Transcribe the data below verbatim from the line with "#55=ORIENTED_EDGE('',*,*,#39,.F.);" to the line with "#64=EDGE_LOOP('',(#54,#55,#60,#63));". Include both of those lines.

*** Opening Records provided ***

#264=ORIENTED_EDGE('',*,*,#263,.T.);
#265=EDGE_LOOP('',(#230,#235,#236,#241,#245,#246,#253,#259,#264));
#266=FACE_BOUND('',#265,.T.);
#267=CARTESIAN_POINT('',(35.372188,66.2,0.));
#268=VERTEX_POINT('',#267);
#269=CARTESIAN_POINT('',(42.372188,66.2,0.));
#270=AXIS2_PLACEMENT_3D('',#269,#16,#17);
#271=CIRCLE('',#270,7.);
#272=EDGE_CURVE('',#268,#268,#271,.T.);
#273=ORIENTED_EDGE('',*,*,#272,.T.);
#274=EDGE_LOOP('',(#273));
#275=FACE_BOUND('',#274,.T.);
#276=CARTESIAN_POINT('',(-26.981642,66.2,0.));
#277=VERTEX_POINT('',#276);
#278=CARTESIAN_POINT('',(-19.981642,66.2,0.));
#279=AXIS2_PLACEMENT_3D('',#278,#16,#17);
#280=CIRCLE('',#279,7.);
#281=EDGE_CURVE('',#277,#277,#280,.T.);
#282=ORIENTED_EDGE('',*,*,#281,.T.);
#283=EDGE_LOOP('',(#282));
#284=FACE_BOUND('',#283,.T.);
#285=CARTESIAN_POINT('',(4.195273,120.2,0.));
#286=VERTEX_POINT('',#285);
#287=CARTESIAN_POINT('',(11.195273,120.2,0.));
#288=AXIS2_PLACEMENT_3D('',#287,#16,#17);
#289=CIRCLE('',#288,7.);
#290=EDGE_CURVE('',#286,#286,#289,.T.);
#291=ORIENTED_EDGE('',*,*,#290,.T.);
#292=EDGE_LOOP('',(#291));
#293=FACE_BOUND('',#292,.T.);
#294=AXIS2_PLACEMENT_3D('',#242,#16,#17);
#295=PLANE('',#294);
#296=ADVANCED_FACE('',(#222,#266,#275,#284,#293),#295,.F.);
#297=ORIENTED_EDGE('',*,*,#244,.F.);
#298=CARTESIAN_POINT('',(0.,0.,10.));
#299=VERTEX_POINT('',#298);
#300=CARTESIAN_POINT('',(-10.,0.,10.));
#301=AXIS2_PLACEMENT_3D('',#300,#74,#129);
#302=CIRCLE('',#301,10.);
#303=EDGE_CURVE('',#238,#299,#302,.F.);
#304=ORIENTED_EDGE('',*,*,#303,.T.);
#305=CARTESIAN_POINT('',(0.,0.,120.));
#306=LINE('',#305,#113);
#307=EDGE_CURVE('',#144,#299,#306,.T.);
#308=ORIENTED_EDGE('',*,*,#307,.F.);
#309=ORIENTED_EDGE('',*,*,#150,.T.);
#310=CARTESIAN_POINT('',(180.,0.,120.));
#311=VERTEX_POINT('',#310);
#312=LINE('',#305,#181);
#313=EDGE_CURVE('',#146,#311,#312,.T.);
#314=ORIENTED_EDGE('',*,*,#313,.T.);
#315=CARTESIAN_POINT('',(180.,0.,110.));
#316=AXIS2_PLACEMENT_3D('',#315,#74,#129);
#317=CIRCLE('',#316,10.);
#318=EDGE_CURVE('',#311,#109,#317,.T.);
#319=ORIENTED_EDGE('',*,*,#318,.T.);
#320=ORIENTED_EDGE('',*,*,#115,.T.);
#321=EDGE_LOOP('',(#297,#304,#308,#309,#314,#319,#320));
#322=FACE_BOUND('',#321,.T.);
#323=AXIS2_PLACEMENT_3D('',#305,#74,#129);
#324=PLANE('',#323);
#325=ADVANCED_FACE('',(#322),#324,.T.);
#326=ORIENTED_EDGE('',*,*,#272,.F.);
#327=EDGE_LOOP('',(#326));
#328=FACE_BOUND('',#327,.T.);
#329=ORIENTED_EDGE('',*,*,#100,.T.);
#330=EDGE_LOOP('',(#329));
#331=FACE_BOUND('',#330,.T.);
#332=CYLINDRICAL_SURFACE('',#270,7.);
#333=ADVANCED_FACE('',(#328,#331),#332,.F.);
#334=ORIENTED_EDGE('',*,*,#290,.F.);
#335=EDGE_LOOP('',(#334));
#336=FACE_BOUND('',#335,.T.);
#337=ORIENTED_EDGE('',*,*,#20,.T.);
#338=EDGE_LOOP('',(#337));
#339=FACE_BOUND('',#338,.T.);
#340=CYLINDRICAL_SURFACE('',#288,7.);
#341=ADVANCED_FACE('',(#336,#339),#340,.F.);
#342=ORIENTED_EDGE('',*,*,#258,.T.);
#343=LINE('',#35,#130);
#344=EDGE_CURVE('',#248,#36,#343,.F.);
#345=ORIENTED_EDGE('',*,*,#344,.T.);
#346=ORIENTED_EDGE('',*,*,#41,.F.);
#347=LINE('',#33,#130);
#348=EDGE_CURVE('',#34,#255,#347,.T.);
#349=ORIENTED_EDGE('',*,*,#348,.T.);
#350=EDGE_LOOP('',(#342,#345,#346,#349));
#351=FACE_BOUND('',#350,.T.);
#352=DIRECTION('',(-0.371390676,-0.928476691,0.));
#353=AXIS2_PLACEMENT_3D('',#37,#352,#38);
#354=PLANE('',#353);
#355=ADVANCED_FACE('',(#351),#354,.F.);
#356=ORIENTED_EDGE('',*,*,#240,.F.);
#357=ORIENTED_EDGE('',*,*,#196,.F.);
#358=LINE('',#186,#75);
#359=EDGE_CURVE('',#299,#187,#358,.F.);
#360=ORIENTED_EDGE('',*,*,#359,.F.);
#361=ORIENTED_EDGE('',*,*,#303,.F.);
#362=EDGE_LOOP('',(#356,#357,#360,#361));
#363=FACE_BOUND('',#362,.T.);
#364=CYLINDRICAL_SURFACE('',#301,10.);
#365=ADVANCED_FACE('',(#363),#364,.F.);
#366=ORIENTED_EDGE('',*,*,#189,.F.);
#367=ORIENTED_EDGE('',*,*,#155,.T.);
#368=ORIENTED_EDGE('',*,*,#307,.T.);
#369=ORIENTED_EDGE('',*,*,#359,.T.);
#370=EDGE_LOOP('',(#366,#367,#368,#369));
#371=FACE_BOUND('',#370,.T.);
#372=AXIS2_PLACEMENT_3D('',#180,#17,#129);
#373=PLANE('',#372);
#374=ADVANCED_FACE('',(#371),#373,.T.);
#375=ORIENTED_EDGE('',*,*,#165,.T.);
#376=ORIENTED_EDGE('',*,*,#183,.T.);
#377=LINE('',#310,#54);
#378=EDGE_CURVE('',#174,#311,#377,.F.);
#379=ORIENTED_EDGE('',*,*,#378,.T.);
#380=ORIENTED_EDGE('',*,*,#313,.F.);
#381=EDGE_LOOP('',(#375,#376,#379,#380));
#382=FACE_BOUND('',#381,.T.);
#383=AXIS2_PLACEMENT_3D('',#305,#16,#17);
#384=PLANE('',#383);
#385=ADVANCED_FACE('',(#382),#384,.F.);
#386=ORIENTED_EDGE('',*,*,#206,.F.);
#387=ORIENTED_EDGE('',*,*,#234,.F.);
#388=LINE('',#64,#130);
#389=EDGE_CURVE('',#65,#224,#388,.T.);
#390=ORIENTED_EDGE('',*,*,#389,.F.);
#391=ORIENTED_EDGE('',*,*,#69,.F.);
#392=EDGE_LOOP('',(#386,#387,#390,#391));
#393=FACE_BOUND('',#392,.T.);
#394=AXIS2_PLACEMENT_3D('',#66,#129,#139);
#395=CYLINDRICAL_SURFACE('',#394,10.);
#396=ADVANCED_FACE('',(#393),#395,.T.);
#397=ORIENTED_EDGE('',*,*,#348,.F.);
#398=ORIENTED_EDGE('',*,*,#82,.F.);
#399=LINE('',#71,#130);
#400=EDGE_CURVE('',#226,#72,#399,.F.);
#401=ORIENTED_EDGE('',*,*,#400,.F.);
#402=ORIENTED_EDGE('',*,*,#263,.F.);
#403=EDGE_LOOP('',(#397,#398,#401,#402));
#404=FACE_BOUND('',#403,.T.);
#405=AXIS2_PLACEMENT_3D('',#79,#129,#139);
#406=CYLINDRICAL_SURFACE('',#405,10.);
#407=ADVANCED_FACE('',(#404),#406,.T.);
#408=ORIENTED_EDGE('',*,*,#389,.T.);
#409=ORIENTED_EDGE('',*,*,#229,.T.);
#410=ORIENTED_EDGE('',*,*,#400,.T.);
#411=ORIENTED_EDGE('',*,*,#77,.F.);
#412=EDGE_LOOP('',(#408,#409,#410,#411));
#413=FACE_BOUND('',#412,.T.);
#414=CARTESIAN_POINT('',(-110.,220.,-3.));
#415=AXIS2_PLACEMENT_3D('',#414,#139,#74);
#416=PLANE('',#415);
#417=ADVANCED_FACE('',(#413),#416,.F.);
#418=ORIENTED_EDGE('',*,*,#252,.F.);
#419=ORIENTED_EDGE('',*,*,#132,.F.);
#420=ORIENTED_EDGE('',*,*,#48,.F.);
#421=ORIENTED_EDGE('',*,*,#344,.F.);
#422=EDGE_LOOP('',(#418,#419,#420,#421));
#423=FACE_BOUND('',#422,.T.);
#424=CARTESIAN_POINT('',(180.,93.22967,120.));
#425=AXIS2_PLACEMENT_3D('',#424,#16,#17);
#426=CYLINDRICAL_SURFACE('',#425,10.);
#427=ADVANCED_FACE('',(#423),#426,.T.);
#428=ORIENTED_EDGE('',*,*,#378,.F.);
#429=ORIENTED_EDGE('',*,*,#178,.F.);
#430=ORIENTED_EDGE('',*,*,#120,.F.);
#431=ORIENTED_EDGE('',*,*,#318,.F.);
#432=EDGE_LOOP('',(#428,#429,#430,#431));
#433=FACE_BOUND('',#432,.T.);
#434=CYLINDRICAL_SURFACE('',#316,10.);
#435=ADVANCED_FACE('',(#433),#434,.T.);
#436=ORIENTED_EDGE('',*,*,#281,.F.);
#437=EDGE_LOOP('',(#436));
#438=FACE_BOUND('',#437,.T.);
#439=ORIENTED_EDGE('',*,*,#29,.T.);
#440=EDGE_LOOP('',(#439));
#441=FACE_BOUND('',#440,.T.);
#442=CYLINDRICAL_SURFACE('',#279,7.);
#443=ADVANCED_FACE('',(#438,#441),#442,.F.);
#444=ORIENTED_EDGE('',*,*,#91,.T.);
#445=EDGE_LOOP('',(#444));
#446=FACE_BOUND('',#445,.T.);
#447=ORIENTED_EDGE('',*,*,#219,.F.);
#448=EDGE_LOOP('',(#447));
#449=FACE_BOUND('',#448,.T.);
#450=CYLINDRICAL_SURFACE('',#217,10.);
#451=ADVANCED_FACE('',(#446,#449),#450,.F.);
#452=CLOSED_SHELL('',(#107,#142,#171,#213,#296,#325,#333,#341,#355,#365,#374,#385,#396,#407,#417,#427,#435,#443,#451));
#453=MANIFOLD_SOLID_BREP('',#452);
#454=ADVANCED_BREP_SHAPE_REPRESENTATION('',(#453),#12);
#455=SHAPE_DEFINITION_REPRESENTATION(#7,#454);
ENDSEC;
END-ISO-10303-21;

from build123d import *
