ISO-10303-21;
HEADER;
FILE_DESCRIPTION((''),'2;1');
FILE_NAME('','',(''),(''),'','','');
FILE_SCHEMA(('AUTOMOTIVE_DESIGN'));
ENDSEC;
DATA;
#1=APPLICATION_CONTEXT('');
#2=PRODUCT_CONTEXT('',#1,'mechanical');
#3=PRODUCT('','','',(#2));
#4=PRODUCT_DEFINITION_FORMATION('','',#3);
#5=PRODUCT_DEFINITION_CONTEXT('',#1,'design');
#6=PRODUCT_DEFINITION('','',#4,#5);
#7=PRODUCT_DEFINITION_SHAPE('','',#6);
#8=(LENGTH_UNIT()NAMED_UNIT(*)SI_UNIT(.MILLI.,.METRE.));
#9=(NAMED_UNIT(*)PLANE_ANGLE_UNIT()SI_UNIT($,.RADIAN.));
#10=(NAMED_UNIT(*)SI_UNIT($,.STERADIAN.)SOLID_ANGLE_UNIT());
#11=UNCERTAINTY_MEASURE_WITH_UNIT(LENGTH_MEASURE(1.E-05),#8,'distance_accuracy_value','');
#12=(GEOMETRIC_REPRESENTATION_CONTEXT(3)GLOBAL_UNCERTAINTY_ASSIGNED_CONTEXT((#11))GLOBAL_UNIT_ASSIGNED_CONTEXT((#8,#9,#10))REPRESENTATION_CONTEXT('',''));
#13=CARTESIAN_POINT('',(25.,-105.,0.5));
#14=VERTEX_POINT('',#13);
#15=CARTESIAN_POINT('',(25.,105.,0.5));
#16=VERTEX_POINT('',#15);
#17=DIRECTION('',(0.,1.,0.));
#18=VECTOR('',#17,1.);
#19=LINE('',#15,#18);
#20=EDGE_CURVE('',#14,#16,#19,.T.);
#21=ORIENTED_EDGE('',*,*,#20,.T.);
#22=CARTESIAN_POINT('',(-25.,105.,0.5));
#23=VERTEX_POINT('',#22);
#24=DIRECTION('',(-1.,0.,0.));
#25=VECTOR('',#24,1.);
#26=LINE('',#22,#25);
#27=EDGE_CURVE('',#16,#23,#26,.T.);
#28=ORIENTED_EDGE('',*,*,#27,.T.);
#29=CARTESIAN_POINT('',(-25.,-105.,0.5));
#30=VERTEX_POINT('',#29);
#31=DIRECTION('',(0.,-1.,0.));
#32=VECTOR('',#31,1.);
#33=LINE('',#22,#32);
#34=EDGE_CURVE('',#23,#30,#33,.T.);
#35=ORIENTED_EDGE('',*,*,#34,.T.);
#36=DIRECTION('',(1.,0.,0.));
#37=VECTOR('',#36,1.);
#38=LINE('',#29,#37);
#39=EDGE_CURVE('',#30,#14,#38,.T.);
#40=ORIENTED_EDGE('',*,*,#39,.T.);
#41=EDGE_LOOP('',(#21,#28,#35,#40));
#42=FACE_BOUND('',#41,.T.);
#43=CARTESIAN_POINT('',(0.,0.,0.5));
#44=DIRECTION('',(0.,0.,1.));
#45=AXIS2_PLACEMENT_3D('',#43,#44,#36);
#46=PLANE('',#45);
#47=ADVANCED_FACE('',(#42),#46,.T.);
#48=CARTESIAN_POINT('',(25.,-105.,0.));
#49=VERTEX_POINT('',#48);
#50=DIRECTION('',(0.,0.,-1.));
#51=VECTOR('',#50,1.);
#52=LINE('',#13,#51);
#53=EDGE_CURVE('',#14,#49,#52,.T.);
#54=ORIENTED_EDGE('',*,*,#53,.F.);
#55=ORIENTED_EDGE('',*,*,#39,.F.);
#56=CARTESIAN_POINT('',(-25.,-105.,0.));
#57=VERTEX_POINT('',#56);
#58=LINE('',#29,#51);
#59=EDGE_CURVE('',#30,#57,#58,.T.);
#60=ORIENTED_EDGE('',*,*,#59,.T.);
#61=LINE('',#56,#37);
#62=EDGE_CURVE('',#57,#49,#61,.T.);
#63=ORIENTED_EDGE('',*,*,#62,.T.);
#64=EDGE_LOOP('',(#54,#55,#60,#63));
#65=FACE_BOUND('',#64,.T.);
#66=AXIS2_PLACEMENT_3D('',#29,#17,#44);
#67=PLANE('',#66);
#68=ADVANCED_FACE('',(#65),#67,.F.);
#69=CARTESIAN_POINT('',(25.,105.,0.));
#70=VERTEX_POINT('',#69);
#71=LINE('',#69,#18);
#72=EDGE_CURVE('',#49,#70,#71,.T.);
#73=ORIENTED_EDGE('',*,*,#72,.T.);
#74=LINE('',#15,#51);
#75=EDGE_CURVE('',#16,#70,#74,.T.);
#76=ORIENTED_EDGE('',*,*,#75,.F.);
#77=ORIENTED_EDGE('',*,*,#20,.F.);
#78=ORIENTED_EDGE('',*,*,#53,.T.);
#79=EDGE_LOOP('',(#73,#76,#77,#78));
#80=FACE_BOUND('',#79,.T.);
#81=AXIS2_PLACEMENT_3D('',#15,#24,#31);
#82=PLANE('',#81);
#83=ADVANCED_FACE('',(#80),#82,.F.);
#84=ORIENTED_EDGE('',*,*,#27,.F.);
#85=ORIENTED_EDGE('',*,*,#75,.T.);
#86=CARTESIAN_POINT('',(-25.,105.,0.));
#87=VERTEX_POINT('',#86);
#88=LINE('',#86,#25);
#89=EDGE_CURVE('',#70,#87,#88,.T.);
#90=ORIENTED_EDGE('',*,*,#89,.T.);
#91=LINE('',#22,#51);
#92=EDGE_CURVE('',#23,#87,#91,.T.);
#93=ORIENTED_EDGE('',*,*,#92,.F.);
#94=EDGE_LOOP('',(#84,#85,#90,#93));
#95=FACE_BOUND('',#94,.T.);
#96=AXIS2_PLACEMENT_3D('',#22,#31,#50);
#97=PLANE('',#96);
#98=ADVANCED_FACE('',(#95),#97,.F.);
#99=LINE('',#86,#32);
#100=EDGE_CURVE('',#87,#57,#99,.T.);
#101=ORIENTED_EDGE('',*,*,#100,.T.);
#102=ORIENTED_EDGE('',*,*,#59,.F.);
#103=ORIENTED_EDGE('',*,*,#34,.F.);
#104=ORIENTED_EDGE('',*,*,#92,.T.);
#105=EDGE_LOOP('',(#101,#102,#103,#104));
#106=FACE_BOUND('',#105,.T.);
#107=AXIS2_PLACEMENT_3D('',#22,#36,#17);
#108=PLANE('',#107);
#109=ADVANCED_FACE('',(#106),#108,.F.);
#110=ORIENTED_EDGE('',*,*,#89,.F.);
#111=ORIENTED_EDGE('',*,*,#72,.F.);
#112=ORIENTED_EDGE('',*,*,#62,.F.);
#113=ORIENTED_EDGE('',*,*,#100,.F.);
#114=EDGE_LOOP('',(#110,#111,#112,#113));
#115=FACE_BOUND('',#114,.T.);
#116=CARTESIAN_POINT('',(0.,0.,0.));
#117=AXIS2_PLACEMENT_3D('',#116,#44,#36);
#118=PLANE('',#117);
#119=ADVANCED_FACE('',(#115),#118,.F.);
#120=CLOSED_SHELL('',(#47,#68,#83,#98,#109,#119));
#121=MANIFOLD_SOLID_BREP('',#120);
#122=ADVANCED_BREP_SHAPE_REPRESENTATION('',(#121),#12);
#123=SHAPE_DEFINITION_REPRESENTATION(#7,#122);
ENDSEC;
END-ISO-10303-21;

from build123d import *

# Parameters (mm, degrees)
SKIZZE1_W                       = 50
SKIZZE1_H                       = 210
AUFSATZ_LINEAR_AUSTRAGEN1_DEPTH = 0.5


with BuildPart() as part:
    # Skizze1 → Aufsatz-Linear austragen1 (new body)
    with BuildSketch(Plane.XY):
        Rectangle(SKIZZE1_W, SKIZZE1_H)
    extrude(amount=AUFSATZ_LINEAR_AUSTRAGEN1_DEPTH)


solid = part.part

*** Closing Records provided ***

● **Written response**
#55=ORIENTED_EDGE('',*,*,#39,.F.);
#56=CARTESIAN_POINT('',(-25.,-105.,0.));
#57=VERTEX_POINT('',#56);
#58=LINE('',#29,#51);
#59=EDGE_CURVE('',#30,#57,#58,.T.);
#60=ORIENTED_EDGE('',*,*,#59,.T.);
#61=LINE('',#56,#37);
#62=EDGE_CURVE('',#57,#49,#61,.T.);
#63=ORIENTED_EDGE('',*,*,#62,.T.);
#64=EDGE_LOOP('',(#54,#55,#60,#63));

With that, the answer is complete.